→ **Work task**: Take the data below. Output it exactly from its first line through the line containing "#7=PRODUCT_DEFINITION_SHAPE('','',#6);".

Stored data:
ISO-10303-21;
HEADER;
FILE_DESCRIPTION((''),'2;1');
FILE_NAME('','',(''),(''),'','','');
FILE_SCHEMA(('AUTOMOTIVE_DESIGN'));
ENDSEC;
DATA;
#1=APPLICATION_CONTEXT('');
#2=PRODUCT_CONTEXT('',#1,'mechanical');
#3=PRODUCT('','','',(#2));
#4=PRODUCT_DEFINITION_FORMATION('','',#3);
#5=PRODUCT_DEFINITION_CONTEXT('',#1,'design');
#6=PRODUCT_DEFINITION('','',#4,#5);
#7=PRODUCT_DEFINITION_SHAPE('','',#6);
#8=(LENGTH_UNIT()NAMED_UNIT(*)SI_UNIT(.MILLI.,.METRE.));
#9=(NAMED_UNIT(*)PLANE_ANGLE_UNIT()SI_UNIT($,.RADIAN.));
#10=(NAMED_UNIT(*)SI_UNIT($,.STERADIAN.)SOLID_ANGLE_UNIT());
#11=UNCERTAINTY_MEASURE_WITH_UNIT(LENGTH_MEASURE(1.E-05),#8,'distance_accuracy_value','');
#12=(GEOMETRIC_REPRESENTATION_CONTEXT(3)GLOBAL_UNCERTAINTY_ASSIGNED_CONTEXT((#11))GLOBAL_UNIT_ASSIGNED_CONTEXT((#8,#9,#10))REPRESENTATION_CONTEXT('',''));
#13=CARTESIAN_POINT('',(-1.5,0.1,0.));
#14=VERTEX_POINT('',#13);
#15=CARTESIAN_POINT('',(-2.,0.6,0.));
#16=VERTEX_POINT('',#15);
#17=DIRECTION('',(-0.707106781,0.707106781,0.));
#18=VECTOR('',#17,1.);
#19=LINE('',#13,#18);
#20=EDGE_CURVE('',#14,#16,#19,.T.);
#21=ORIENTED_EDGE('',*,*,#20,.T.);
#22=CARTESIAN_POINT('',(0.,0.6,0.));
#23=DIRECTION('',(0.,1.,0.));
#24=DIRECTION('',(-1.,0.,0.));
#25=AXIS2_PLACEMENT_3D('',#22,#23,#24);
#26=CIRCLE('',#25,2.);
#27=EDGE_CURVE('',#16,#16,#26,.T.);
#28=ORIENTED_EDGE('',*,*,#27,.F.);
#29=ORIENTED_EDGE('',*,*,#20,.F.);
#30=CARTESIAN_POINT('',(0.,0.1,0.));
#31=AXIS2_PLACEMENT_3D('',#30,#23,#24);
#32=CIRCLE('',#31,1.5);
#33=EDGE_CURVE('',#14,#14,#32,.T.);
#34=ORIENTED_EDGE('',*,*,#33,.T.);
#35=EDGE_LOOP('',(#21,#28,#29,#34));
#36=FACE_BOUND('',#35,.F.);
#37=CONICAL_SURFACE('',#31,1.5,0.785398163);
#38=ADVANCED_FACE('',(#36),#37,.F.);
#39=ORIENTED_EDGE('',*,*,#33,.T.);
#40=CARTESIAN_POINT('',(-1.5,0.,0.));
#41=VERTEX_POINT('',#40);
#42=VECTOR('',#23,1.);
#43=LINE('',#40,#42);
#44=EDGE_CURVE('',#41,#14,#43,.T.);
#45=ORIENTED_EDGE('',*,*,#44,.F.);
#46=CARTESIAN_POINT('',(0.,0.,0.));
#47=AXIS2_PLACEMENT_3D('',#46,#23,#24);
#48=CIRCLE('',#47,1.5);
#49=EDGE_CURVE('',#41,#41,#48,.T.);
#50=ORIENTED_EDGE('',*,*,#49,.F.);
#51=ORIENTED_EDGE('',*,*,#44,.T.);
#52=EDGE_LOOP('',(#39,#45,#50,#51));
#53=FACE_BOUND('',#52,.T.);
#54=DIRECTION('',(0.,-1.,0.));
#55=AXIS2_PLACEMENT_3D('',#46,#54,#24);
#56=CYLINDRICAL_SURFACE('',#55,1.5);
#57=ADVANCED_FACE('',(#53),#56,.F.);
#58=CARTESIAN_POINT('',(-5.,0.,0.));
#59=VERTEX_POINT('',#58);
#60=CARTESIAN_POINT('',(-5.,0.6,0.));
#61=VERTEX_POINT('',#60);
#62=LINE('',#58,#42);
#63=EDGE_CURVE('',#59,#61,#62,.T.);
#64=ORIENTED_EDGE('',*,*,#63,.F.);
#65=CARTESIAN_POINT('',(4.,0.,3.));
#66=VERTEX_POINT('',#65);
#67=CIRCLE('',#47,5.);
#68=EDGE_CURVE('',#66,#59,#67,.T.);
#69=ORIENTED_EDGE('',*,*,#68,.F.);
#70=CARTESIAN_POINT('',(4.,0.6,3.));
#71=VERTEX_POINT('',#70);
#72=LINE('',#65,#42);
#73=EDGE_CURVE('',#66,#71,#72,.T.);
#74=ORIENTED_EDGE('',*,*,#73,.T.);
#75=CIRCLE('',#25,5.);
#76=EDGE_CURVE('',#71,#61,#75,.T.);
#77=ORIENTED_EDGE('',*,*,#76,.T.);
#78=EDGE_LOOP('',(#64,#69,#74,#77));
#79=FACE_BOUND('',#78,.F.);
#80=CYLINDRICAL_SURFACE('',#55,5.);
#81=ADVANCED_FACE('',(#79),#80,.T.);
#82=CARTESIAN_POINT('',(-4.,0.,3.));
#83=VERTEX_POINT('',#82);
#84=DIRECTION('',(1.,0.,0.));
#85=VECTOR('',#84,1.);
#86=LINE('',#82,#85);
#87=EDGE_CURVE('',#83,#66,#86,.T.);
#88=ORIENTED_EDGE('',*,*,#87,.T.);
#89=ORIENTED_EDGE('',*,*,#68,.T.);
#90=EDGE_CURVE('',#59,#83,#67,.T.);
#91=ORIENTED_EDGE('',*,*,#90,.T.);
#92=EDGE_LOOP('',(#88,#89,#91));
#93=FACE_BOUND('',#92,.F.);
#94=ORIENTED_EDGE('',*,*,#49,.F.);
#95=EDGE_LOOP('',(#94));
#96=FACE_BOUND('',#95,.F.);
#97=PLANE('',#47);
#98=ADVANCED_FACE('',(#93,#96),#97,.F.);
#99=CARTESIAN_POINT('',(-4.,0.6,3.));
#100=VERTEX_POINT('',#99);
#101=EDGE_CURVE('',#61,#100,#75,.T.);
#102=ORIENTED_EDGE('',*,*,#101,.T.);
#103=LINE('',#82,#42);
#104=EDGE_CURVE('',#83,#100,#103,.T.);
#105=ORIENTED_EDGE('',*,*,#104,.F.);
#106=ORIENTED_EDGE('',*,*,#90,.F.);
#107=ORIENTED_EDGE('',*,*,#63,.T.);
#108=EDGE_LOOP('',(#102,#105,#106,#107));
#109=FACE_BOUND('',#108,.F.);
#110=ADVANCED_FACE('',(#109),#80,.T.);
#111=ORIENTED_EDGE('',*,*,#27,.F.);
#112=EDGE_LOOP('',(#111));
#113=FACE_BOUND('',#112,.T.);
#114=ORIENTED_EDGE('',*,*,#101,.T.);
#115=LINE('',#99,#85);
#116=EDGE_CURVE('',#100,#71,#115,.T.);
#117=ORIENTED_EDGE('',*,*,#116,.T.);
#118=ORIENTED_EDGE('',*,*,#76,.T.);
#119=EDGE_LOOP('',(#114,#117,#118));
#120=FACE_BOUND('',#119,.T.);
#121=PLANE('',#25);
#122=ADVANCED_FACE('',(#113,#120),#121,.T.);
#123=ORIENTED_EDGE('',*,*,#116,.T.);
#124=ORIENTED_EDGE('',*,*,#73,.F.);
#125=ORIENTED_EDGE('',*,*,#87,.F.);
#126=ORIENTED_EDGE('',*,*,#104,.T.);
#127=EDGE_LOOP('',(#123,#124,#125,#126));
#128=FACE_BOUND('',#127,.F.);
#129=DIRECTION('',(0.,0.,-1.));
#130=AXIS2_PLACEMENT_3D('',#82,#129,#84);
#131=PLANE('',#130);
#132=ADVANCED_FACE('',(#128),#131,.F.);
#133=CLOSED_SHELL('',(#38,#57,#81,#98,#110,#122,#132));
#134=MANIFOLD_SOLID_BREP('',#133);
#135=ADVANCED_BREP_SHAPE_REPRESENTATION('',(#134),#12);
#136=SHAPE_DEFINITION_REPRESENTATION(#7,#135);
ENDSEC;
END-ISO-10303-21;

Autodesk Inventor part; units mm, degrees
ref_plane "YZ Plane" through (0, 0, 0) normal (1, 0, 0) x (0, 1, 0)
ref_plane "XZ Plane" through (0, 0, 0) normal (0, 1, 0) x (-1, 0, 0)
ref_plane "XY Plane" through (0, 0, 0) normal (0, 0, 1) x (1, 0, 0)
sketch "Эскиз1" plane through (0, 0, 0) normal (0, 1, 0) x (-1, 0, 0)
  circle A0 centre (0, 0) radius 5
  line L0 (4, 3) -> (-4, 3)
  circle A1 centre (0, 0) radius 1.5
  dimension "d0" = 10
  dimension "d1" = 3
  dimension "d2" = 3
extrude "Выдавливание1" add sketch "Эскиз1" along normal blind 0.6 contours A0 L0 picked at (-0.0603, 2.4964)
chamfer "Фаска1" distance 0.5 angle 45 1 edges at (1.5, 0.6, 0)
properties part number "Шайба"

→ **Task answer**:
ISO-10303-21;
HEADER;
FILE_DESCRIPTION((''),'2;1');
FILE_NAME('','',(''),(''),'','','');
FILE_SCHEMA(('AUTOMOTIVE_DESIGN'));
ENDSEC;
DATA;
#1=APPLICATION_CONTEXT('');
#2=PRODUCT_CONTEXT('',#1,'mechanical');
#3=PRODUCT('','','',(#2));
#4=PRODUCT_DEFINITION_FORMATION('','',#3);
#5=PRODUCT_DEFINITION_CONTEXT('',#1,'design');
#6=PRODUCT_DEFINITION('','',#4,#5);
#7=PRODUCT_DEFINITION_SHAPE('','',#6);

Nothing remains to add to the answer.